| Your goal |
How many lines below hold "dimension"? Answer with only the number.

————————

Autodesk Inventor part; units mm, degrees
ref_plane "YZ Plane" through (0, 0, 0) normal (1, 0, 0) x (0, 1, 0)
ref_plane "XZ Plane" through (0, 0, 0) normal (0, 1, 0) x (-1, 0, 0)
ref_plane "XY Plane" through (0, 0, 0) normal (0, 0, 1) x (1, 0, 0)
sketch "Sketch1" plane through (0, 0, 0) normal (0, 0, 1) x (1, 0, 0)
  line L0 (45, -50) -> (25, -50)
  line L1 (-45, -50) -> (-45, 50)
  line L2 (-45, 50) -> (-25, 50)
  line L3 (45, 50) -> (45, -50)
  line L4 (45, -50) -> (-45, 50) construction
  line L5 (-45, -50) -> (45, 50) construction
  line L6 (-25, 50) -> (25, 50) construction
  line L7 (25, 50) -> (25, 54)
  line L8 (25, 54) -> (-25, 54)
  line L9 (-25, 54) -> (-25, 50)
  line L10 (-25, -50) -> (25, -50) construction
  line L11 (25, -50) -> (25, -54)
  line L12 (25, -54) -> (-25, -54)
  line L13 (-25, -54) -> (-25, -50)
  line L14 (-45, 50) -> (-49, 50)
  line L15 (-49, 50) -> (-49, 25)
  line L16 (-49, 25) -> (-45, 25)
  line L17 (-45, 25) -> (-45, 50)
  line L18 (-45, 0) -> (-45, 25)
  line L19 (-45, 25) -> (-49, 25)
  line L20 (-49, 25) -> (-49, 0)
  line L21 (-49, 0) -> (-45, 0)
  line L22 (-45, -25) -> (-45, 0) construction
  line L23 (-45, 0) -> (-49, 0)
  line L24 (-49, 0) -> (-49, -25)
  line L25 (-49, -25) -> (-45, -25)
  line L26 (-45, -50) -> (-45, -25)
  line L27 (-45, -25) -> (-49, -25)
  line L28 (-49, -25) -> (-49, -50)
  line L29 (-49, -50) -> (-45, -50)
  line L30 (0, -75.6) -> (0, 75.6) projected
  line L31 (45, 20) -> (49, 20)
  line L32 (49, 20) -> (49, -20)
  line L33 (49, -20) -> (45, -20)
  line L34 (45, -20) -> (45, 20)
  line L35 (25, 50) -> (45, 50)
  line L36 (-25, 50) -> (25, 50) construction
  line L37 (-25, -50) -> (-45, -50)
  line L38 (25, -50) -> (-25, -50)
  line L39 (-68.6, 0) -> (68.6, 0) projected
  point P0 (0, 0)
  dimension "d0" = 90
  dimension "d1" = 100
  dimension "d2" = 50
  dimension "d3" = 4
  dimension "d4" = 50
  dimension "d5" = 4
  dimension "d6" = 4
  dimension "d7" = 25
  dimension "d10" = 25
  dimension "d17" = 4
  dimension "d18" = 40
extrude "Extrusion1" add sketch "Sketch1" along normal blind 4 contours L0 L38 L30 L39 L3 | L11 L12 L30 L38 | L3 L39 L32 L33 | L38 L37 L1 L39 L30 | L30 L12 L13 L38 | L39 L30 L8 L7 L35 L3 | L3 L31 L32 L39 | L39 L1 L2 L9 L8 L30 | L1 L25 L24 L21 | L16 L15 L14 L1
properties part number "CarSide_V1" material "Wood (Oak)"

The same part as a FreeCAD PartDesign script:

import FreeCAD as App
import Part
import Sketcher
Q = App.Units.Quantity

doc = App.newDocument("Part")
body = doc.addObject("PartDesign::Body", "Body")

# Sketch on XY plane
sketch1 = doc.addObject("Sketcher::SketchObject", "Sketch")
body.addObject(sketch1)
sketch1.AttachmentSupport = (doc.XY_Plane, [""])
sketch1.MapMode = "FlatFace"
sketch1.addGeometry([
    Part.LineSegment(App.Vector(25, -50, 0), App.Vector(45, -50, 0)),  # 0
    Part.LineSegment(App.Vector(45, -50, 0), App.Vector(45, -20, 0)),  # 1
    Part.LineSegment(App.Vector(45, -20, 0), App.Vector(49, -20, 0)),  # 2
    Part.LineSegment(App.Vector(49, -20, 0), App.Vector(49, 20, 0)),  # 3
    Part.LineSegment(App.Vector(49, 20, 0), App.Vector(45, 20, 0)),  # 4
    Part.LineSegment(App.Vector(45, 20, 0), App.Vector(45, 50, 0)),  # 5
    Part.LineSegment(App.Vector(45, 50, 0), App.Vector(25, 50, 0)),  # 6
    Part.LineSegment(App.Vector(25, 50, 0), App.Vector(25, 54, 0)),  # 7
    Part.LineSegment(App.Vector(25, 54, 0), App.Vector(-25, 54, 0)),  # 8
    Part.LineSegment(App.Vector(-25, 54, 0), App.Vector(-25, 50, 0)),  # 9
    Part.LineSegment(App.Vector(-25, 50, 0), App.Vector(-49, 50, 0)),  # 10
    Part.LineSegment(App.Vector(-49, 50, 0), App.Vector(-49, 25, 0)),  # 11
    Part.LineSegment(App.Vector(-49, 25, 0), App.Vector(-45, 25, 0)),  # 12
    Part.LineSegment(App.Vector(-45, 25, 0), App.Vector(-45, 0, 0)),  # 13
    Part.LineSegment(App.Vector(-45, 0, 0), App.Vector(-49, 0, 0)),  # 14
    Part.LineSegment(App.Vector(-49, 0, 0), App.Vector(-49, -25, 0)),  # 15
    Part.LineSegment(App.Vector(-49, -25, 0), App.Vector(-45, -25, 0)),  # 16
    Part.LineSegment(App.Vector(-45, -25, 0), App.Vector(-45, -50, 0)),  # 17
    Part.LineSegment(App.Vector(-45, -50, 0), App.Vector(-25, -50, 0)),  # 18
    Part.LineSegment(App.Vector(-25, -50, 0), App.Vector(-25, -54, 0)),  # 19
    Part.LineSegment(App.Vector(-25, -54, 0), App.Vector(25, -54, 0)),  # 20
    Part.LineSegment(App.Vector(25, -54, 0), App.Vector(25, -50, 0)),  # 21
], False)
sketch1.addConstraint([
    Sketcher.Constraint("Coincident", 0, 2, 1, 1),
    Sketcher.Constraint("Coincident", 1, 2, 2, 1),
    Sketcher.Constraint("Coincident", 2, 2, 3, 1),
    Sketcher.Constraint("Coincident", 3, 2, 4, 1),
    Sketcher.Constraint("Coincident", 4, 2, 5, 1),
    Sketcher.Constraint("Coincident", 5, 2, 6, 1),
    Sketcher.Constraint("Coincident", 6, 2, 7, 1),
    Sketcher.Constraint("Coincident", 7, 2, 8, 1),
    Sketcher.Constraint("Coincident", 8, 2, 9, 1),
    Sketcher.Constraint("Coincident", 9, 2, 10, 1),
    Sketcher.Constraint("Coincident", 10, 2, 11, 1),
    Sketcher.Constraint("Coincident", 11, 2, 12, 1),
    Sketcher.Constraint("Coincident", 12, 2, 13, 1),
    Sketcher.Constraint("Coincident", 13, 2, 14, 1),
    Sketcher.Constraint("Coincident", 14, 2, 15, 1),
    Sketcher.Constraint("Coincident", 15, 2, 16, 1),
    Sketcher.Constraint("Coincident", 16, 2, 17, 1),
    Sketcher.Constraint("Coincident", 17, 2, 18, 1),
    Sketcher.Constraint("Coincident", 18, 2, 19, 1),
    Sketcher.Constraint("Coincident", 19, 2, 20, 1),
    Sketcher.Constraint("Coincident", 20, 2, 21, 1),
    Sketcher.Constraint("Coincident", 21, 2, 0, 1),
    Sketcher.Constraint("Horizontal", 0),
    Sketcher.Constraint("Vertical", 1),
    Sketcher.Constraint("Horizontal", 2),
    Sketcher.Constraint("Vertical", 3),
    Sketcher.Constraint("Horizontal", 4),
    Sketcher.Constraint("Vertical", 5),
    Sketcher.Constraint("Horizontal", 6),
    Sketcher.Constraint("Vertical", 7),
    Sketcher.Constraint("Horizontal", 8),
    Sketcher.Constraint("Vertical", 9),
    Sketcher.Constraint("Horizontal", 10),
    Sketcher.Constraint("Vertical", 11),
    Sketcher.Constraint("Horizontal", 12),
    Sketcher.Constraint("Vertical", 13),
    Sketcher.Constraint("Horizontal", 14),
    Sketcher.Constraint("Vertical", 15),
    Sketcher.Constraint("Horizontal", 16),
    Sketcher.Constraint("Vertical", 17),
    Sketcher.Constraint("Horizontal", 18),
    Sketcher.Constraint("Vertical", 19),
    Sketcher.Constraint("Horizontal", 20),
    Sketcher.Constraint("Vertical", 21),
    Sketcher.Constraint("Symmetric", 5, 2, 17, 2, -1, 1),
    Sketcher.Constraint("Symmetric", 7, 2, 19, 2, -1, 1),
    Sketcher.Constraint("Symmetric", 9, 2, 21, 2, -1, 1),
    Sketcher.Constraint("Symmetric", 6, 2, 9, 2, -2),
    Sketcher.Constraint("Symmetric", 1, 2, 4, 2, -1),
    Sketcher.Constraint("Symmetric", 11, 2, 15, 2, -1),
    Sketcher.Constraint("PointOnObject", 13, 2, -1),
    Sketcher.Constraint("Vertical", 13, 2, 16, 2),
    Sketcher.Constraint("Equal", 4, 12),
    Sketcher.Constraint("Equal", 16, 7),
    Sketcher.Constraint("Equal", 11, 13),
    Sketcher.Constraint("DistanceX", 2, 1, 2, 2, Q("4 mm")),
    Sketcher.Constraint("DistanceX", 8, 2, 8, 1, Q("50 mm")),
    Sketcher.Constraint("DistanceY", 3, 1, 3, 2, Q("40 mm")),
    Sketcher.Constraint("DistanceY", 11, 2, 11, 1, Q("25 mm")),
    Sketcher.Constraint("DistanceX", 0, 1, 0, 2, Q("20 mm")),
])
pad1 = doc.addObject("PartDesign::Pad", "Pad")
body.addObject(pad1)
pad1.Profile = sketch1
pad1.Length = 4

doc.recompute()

————————

| Exercise solution |
11